How Systems Protect Themselves from Too Many Requests
Modern systems don’t fail because they are badly written.
They fail because they receive more requests than they can safely handle.
Whether it’s an API, a backend service, or a public-facing platform, uncontrolled traffic can lead to:
- High latency
- Resource exhaustion
- Cascading failures
- Complete downtime
This is why rate limiting exists.
At a high level, rate limiting answers one simple question:
How many requests should we allow, and when should we say “no”?
In this article, we’ll take a simple and intuitive approach to understand the most common rate limiting strategies used in real systems.
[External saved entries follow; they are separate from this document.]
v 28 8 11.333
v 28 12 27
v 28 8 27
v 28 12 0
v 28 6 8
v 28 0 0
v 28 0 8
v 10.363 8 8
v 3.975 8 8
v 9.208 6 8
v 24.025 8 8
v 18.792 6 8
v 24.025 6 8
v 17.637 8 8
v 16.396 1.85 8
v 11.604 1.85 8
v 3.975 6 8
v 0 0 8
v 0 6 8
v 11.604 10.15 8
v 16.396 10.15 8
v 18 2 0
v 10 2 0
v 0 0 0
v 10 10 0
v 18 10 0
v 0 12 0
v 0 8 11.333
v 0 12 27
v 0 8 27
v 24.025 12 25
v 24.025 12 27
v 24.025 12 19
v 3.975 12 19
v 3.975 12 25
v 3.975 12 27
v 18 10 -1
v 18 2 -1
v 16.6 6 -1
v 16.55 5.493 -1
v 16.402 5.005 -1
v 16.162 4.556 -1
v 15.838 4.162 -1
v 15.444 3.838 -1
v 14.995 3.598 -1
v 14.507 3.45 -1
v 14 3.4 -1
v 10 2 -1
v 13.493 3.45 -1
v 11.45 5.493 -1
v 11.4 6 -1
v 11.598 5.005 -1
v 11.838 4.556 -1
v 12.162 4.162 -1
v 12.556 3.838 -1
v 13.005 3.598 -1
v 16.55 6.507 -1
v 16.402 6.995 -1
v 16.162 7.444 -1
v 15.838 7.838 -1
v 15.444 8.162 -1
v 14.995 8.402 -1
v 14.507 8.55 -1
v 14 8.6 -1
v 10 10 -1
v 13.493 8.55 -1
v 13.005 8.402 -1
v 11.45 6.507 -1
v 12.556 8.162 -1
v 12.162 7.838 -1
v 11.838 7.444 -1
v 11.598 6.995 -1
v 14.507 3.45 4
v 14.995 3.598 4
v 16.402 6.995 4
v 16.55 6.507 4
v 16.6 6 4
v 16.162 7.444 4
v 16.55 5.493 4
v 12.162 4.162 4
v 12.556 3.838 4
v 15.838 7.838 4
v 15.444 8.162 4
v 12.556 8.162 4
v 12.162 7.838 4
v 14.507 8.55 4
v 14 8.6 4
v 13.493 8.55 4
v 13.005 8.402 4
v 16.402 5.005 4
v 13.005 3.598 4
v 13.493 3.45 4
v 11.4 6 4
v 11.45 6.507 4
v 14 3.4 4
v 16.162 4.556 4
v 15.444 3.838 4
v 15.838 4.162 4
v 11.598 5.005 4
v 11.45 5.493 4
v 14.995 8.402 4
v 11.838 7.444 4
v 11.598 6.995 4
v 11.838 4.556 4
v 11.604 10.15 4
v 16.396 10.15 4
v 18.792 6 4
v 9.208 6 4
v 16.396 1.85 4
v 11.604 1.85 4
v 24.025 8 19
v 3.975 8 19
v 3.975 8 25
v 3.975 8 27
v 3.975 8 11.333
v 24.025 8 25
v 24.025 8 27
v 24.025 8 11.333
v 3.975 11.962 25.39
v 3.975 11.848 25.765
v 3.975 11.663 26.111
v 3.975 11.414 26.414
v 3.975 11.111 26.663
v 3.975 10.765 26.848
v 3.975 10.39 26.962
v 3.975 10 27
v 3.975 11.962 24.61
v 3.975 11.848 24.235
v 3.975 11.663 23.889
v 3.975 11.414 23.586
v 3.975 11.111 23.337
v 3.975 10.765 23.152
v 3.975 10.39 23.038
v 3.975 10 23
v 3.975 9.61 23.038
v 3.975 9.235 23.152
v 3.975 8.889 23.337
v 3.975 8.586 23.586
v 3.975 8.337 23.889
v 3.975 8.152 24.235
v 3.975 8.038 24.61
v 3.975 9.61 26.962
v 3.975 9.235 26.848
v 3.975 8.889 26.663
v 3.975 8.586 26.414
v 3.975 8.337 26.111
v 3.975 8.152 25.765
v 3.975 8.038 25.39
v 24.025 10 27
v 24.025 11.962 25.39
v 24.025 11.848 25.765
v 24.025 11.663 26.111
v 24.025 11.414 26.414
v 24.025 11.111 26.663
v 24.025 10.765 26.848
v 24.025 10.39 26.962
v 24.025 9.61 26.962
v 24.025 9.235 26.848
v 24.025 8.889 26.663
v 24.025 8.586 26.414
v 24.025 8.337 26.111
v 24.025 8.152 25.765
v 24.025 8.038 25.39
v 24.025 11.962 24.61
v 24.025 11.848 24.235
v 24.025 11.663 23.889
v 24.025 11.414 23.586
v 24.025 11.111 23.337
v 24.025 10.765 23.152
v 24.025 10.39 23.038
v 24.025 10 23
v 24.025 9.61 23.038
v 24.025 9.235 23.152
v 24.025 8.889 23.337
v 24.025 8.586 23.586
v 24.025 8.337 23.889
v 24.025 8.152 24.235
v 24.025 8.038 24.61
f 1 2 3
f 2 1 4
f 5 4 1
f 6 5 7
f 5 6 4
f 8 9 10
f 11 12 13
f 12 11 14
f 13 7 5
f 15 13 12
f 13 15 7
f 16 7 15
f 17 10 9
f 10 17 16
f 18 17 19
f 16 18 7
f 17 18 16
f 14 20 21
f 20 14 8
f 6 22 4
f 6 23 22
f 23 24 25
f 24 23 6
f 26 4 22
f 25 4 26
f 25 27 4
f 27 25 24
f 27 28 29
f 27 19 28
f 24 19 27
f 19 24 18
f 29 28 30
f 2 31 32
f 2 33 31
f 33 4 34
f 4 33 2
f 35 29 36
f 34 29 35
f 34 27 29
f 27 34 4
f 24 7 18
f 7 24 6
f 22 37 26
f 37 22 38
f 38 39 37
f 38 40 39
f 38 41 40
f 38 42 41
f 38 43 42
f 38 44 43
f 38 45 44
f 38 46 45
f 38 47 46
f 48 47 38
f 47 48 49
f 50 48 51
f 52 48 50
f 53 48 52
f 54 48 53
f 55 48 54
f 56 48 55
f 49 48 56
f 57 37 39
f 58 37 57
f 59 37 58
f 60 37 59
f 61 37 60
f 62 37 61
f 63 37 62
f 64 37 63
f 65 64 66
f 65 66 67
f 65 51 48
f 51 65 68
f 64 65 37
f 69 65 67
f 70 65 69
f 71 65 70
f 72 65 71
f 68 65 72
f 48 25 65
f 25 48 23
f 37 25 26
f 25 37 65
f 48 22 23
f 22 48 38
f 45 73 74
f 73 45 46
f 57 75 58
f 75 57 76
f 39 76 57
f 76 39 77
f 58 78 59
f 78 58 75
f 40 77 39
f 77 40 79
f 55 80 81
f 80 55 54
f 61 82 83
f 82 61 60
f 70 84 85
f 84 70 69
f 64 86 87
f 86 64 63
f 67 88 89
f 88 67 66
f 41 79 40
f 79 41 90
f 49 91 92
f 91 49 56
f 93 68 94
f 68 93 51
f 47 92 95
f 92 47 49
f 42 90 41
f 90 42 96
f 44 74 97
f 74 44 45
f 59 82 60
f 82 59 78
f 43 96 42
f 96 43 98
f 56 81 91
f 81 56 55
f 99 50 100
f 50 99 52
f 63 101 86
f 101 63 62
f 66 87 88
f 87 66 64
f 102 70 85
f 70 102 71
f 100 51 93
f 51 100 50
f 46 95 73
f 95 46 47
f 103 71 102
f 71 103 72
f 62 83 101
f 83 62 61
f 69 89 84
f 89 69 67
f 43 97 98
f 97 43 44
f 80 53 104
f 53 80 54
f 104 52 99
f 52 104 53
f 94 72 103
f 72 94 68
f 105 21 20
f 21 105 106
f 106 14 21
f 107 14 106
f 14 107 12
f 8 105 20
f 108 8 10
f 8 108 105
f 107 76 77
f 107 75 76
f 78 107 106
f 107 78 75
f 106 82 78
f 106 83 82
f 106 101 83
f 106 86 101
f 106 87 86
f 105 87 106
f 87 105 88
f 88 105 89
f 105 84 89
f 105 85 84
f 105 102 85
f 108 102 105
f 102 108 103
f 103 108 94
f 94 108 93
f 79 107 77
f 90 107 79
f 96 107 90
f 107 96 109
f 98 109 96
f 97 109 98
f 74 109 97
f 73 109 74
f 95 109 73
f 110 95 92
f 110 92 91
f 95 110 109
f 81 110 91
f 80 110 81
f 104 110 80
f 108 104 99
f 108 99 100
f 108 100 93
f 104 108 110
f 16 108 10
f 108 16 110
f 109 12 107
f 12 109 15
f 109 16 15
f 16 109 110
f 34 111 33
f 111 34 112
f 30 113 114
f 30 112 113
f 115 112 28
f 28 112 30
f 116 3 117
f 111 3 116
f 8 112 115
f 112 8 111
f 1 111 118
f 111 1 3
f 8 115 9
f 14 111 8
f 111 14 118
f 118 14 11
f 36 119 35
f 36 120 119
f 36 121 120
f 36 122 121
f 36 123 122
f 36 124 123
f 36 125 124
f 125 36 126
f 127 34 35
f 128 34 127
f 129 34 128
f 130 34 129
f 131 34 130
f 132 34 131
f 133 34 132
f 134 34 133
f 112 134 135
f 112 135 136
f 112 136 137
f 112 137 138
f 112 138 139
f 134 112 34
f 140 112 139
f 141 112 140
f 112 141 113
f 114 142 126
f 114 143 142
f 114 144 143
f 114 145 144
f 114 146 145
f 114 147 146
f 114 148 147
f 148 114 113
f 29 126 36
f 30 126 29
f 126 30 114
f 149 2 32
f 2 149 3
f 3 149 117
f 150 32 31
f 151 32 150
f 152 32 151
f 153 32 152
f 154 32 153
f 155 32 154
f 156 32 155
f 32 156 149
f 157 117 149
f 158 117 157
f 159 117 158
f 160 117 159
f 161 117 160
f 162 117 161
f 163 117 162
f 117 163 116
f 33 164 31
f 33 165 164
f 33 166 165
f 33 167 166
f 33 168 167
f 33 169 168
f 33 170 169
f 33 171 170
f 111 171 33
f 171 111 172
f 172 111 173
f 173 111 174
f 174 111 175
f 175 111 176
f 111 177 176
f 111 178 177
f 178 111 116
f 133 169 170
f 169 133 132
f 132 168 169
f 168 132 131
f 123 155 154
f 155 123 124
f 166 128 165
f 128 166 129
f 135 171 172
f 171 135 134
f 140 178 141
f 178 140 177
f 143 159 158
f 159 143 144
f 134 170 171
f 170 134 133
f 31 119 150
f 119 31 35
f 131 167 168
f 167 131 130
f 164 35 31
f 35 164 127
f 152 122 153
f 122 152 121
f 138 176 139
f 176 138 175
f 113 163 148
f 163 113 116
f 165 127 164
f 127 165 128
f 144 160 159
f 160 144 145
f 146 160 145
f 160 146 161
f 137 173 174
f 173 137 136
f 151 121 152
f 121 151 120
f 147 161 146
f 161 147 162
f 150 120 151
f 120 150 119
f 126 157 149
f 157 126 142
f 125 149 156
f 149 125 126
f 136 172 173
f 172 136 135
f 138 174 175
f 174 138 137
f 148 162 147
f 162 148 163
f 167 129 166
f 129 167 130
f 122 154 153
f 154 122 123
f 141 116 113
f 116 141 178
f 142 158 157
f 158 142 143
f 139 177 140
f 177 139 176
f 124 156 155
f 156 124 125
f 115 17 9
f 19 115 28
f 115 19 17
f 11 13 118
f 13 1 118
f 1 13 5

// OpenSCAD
// file: ../lib/slot_mount.scad
// ============================================================
// Slot Mount Base Module
// ============================================================
// Reusable foundation for all shelf mounts
// Provides slot tab, mounting surface, M5 hole, and nut pocket

include <../params.scad>

module slot_mount_base() {
    // Horizontal base that sits on top of shelf
    // Need enough width for: slot tab + walls around nut pocket + channel side walls
    // Increased width provides more robust walls on sides of velcro channel
    base_width = 28;  // mm, provides 10mm wall on each side of slot tab
    base_depth = mount_body_d;
    base_height = mount_body_h;

    difference() {
        union() {
            // Main horizontal base body
            translate([0, 0, 0])
                cube([base_width, base_depth, base_height]);

            // Slot tab (extends downward from bottom of base)
            translate([(base_width - slot_tab_width) / 2,
                      (base_depth - slot_tab_width) / 2,
                      -slot_tab_depth])
                cube([slot_tab_width, slot_tab_width, slot_tab_depth]);
        }

        // M5 screw clearance hole (through entire base)
        translate([base_width / 2, base_depth / 2, -slot_tab_depth - 1])
            cylinder(h = base_height + slot_tab_depth + 2, d = m5_screw_d, $fn = 32);

        // Hex nut pocket (from top, side-loading style)
        // Using cos(30) to convert across-flats to circumradius
        translate([base_width / 2, base_depth / 2, base_height - m5_nut_h])
            cylinder(h = m5_nut_h + 1,
                    d = (m5_nut_w + nut_pocket_tol) / cos(30),
                    $fn = 6);
    }
}

// Test render
slot_mount_base();
// file: ../params.scad
// ============================================================
// Ham Radio Go Kit — OpenSCAD Parameters
// ============================================================

// ============================================================
// SHELF SLOT — MEASURED (configurable for other shelves)
// ============================================================
slot_width = 8.1;           // mm, slot opening width — MEASURED on Vevor shelf
slot_spacing = 5.0;         // mm, rail width between slots
shelf_thickness = 1.5;      // mm, shelf material thickness
slot_tab_width = 8.0;       // mm, tab width (fits in 8.1mm slot)
slot_tab_depth = 1.0;       // mm, tab depth - just prevents rotation, allows washer clearance
slot_tab_engage = 2.0;      // mm, minimum engagement depth for retention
For each strategy, we’ll look at:
- How it works conceptually
- Its strengths and weaknesses
- When it should be used
- A small JavaScript example to see it in action
Rate Limiting 101
What Is Rate Limiting, Really?
Rate limiting is not about blocking users.
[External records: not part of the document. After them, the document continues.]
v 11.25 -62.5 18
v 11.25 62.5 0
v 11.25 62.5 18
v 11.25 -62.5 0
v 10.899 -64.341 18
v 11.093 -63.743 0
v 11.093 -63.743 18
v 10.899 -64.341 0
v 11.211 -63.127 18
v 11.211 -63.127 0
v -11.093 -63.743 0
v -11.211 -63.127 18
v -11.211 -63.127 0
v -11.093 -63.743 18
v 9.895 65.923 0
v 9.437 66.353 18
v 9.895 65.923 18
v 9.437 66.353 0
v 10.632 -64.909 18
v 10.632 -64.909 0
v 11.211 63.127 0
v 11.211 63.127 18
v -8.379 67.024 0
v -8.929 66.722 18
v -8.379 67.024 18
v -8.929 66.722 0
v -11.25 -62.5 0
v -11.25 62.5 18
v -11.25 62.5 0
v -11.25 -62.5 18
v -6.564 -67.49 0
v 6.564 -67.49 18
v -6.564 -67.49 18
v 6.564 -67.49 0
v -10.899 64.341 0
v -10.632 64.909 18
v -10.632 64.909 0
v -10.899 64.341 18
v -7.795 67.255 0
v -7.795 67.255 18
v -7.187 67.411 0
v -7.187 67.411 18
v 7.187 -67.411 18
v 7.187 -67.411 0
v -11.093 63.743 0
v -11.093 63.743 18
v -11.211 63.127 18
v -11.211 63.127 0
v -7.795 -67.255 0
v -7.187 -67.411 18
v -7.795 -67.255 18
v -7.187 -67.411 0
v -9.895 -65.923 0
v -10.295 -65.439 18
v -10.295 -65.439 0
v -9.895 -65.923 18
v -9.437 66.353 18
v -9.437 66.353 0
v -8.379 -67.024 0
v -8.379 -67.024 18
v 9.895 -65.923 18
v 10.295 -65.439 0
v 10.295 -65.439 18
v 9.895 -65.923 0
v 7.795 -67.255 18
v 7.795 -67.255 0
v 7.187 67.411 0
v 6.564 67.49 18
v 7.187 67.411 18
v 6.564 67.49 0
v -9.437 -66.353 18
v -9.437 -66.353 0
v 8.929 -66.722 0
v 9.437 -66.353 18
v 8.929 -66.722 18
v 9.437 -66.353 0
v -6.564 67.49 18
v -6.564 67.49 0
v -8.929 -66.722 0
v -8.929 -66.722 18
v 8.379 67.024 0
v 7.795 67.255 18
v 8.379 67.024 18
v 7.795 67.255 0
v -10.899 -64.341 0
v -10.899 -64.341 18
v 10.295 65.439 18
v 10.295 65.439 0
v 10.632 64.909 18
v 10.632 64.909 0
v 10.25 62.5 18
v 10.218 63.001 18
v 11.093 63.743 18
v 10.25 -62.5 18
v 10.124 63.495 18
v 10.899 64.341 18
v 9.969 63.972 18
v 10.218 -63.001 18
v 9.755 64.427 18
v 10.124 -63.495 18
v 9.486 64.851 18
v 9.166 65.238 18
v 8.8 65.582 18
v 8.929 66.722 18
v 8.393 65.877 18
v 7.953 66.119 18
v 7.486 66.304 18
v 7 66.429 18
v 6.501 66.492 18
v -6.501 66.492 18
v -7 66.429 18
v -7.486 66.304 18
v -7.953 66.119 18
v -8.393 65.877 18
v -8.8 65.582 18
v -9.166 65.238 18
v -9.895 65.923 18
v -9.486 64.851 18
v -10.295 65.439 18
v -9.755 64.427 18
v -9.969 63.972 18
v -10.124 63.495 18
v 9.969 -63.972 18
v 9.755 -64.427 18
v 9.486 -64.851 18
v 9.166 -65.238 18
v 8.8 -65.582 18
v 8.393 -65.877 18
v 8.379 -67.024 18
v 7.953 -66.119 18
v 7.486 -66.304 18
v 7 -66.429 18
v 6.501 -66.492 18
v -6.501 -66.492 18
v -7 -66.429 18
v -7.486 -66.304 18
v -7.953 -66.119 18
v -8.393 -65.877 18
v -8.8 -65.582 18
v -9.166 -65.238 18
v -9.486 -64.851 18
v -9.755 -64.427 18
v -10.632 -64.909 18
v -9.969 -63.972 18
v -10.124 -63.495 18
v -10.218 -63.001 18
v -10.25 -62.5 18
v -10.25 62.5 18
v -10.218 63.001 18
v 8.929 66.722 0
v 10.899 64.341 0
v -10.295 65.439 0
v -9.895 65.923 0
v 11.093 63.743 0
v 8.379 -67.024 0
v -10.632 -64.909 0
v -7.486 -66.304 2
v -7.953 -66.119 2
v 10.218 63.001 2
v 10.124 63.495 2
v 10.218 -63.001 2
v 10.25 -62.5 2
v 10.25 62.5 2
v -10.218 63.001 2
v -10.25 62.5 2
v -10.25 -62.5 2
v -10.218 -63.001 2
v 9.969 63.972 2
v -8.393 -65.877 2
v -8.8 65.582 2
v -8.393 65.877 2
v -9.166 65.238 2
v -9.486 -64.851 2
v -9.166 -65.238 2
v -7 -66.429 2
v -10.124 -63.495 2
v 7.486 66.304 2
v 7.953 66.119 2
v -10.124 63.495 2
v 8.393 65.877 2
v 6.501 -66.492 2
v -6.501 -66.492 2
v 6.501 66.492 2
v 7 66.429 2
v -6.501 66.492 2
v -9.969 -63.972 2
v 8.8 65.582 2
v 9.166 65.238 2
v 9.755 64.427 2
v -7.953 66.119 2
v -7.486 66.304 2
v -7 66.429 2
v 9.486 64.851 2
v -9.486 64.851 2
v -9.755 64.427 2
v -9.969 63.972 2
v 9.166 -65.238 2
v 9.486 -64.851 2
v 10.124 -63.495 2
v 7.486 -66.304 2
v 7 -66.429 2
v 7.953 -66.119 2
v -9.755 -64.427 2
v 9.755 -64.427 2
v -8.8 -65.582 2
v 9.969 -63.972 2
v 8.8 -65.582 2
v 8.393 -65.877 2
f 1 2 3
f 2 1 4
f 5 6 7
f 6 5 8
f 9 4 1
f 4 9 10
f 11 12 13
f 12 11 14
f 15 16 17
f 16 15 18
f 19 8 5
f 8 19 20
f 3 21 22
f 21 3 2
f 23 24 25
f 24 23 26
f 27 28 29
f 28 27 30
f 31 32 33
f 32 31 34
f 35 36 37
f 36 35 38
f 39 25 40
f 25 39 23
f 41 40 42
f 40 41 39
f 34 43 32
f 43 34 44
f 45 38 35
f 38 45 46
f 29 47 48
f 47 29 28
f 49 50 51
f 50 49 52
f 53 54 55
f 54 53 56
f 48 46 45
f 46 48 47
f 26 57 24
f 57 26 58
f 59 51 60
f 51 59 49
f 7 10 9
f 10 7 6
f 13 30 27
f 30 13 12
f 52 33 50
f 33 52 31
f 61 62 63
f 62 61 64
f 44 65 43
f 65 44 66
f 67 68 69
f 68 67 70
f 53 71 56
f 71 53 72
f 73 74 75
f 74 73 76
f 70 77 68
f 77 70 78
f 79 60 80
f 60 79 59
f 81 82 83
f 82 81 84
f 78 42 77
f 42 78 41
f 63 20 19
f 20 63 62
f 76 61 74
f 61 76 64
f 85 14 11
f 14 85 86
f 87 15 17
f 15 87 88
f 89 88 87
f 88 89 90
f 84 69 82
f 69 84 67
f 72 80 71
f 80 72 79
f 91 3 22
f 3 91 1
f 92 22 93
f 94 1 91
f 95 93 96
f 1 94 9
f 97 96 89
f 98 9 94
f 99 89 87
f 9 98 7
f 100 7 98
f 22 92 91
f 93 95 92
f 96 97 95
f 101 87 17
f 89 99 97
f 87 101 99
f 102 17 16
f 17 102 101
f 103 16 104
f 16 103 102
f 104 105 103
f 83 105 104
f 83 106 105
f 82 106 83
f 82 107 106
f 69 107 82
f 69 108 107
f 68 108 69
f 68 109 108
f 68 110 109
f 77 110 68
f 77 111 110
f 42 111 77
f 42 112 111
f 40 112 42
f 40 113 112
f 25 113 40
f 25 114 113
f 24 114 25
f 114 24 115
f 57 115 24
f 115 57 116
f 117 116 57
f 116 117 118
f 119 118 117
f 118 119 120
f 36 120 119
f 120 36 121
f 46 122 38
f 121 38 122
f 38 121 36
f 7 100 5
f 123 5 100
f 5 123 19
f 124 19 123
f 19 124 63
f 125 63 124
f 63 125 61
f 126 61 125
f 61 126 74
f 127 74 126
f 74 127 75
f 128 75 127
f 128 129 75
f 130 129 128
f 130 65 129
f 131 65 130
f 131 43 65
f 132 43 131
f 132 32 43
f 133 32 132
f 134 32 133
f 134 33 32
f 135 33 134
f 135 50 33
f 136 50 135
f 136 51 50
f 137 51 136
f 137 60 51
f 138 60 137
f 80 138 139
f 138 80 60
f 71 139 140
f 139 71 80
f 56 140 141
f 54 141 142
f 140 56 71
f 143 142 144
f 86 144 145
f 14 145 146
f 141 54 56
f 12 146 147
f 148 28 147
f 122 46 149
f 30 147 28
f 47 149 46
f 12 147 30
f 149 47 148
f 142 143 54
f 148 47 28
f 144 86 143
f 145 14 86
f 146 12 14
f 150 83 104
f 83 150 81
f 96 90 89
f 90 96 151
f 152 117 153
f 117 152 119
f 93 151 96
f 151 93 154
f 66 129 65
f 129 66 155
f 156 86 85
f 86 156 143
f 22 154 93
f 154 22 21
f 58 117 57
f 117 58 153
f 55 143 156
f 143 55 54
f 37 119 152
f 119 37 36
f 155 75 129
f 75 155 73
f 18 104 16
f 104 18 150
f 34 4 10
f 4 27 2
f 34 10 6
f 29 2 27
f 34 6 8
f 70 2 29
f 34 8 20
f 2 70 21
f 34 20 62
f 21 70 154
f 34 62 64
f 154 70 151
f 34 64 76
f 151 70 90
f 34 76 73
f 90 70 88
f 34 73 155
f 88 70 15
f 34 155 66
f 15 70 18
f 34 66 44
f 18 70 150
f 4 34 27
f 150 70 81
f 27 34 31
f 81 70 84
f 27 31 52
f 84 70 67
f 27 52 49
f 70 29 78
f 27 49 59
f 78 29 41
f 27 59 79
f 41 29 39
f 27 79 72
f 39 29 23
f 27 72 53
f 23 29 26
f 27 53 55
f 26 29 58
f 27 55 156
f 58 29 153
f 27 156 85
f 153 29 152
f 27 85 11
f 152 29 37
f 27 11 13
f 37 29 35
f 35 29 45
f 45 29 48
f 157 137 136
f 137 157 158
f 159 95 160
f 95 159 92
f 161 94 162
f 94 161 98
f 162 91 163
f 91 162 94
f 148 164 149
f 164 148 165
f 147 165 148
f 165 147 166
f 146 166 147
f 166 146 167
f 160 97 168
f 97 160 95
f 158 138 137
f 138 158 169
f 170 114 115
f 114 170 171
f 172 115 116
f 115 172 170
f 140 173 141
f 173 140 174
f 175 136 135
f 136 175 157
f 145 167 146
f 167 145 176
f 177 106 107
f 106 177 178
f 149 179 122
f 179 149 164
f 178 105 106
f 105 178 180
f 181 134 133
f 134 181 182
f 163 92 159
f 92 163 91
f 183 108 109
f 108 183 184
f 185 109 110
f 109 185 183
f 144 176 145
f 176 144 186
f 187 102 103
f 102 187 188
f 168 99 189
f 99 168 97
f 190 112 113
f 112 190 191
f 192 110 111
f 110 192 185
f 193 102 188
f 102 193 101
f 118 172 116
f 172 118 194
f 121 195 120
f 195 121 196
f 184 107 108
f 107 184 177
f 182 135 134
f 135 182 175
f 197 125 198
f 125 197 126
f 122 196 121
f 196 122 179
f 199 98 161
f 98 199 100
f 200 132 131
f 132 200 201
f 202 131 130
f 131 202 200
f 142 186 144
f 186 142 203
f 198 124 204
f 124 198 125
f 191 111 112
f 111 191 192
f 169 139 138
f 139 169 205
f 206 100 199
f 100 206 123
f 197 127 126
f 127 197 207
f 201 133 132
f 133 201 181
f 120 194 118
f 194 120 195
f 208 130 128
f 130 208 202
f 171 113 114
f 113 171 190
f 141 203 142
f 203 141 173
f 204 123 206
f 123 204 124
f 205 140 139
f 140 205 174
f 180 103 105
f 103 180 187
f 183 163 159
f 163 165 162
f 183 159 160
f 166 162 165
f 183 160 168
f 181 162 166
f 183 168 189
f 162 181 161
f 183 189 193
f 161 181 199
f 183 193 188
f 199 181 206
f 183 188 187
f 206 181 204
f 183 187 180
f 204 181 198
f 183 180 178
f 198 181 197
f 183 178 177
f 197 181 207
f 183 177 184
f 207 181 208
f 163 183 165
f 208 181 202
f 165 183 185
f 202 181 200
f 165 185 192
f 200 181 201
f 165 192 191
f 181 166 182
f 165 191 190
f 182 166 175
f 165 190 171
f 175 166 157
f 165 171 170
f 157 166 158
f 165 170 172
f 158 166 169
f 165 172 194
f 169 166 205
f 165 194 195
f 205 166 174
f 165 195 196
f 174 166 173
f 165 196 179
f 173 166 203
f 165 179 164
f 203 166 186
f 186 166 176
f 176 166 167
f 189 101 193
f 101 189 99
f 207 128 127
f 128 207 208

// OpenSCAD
$fn = 50;


difference() {
	union() {
		hull() {
			translate(v = [-6.2500000000, 62.5000000000, 0]) {
				cylinder(h = 18, r = 5);
			}
			translate(v = [6.2500000000, 62.5000000000, 0]) {
				cylinder(h = 18, r = 5);
			}
			translate(v = [-6.2500000000, -62.5000000000, 0]) {
				cylinder(h = 18, r = 5);
			}
			translate(v = [6.2500000000, -62.5000000000, 0]) {
				cylinder(h = 18, r = 5);
			}
		}
	}
	union() {
		translate(v = [0, 0, 2]) {
			hull() {
				translate(v = [-6.2500000000, 62.5000000000, 0]) {
					cylinder(h = 16, r = 4);
				}
				translate(v = [6.2500000000, 62.5000000000, 0]) {
					cylinder(h = 16, r = 4);
				}
				translate(v = [-6.2500000000, -62.5000000000, 0]) {
					cylinder(h = 16, r = 4);
				}
				translate(v = [6.2500000000, -62.5000000000, 0]) {
					cylinder(h = 16, r = 4);
				}
			}
		}
	}
}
It is about protecting systems.
Instead of letting traffic grow uncontrollably, rate limiting enforces rules like:
- “Only 100 requests per minute”
- “Only 10 concurrent requests at a time”
- “Allow short bursts, but limit long-term usage”
Different systems need different rules, which is why multiple strategies exist.
1. Fixed Window Rate Limiting
How It Works
You allow N requests per fixed time window.
Example:
- Window size: 1 minute
- Limit: 100 requests
12:00 – 12:01 → max 100 requests
12:01 – 12:02 → counter resets
The counter resets at the start of each new window.
JavaScript Example
class FixedWindowLimiter {
constructor(limit, windowMs) {
this.limit = limit; // Max requests per window
this.windowMs = windowMs; // Window size in milliseconds
this.count = 0; // Current request count
this.windowStart = Date.now();
}
allowRequest() {
const now = Date.now();
// Reset window if time has passed
if (now - this.windowStart >= this.windowMs) {
this.windowStart = now;
this.count = 0;
}
// Allow request if under limit
if (this.count < this.limit) {
this.count++;
return true;
}
// Otherwise reject request
return false;
}
}
Pros
- Very easy to implement
- Low memory usage
Cons
- Burst problem at window edges
Example:
- 99 requests at 12:00:59
- 99 requests at 12:01:01
System gets hit with 198 requests almost instantly.
Good For
- Internal tools
- Simple APIs
- Low-risk systems
2. Sliding Window (Log-Based)
How It Works
Instead of fixed windows, we track timestamps of every request.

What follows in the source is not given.